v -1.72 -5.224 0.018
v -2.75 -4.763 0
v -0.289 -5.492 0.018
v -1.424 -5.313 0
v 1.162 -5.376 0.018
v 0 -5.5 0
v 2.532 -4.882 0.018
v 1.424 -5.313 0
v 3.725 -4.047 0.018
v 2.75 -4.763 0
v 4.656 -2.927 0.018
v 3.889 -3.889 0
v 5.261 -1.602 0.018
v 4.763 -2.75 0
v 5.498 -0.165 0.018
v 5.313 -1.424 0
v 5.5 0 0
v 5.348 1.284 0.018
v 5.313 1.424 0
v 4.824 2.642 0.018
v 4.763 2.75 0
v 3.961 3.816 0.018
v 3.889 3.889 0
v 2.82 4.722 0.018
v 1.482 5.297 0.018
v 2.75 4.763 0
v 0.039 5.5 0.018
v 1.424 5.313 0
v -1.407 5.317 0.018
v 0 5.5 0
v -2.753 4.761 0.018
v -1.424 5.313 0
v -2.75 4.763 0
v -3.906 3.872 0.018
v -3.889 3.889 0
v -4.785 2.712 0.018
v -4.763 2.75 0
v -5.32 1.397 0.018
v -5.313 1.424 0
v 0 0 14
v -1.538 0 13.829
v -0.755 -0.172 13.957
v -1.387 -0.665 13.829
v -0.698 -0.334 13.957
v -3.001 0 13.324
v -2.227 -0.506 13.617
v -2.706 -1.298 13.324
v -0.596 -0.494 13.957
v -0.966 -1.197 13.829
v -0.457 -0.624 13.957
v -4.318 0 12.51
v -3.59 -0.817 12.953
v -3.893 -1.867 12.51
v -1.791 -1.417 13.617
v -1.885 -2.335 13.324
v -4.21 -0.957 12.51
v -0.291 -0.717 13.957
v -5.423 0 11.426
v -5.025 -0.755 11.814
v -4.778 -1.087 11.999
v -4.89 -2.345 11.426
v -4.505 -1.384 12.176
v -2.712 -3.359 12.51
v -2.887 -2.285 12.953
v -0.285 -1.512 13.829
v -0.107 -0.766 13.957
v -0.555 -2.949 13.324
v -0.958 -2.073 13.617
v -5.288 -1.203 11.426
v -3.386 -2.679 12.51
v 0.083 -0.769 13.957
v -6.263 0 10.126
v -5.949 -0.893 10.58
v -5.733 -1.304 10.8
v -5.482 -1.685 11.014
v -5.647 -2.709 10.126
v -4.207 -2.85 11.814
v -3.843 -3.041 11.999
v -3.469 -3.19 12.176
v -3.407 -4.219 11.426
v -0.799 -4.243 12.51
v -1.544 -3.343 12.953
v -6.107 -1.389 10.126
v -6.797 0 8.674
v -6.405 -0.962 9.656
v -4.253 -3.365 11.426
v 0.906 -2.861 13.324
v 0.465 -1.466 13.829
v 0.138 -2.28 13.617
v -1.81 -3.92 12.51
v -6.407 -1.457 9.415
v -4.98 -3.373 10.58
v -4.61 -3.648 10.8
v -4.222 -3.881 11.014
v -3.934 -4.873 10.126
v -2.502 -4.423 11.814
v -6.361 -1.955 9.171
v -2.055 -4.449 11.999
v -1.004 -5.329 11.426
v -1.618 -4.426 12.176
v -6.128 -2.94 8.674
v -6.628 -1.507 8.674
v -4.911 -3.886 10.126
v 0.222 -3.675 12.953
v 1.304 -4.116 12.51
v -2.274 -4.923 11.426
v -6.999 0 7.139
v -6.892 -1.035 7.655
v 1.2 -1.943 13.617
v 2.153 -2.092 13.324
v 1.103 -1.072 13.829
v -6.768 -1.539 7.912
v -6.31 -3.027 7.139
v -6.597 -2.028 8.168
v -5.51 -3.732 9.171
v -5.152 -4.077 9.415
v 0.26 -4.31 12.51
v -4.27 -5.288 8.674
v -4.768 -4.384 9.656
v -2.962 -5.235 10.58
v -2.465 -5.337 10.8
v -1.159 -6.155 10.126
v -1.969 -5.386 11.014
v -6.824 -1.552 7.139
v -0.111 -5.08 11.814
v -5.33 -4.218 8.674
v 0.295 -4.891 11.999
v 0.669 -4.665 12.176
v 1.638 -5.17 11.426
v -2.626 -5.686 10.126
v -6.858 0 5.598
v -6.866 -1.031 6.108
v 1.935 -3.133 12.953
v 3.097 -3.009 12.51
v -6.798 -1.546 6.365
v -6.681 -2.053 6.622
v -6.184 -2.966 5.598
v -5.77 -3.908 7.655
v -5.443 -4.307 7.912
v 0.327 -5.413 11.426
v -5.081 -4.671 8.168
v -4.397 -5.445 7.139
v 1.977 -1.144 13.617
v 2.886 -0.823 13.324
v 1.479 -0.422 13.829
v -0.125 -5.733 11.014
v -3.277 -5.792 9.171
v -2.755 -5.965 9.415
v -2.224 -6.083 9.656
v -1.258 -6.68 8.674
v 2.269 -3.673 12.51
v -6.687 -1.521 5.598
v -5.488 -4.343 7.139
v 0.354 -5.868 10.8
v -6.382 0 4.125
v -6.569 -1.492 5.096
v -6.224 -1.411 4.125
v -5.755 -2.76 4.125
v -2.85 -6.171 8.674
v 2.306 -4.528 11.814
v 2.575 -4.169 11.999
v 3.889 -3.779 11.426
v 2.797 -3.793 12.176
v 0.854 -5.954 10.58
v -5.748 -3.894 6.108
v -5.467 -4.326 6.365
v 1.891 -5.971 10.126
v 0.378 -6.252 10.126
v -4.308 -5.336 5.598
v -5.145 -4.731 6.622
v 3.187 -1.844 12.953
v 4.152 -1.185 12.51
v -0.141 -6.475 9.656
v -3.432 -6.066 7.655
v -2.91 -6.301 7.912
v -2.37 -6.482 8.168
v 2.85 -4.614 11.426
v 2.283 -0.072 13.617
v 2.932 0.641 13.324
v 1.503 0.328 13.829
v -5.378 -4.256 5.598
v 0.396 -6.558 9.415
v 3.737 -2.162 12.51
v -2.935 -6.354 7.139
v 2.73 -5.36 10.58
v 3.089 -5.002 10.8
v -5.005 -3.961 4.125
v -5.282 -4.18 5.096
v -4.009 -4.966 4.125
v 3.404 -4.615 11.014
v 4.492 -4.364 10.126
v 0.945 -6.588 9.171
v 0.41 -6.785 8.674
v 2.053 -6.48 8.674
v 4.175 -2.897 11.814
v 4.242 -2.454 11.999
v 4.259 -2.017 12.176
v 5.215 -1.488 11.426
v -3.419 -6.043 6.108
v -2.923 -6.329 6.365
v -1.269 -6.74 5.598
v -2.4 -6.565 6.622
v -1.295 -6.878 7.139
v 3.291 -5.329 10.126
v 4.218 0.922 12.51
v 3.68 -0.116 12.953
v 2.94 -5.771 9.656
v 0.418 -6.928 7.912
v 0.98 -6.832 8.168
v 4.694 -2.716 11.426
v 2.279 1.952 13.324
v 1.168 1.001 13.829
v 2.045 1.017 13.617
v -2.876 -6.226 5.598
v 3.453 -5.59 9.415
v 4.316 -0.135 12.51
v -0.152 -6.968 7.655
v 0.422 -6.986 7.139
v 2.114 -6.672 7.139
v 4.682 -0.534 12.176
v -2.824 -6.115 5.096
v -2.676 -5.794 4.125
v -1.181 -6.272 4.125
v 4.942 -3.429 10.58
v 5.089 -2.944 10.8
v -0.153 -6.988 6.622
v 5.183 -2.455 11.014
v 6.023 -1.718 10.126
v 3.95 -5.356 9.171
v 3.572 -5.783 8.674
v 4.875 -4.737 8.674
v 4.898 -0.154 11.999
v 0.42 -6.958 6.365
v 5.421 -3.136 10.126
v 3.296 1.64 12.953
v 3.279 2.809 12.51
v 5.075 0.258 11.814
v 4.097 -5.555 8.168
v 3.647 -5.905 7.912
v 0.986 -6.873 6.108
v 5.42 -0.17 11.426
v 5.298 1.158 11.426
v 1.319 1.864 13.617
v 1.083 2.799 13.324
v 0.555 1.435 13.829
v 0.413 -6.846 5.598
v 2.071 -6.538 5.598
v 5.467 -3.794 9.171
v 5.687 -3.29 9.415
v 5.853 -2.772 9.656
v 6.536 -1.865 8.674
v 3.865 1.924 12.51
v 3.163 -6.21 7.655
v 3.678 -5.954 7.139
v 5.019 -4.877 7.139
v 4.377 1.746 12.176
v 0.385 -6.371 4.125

· · · · ·

• _Your goal_:
The answer should consist of the lines from the one with "v 5.853 -2.772 9.656" through the last line of the entries, duplicated exactly and nothing more.

• _Solution for this problem_:
v 5.853 -2.772 9.656
v 6.536 -1.865 8.674
v 3.865 1.924 12.51
v 3.163 -6.21 7.655
v 3.678 -5.954 7.139
v 5.019 -4.877 7.139
v 4.377 1.746 12.176
v 0.385 -6.371 4.125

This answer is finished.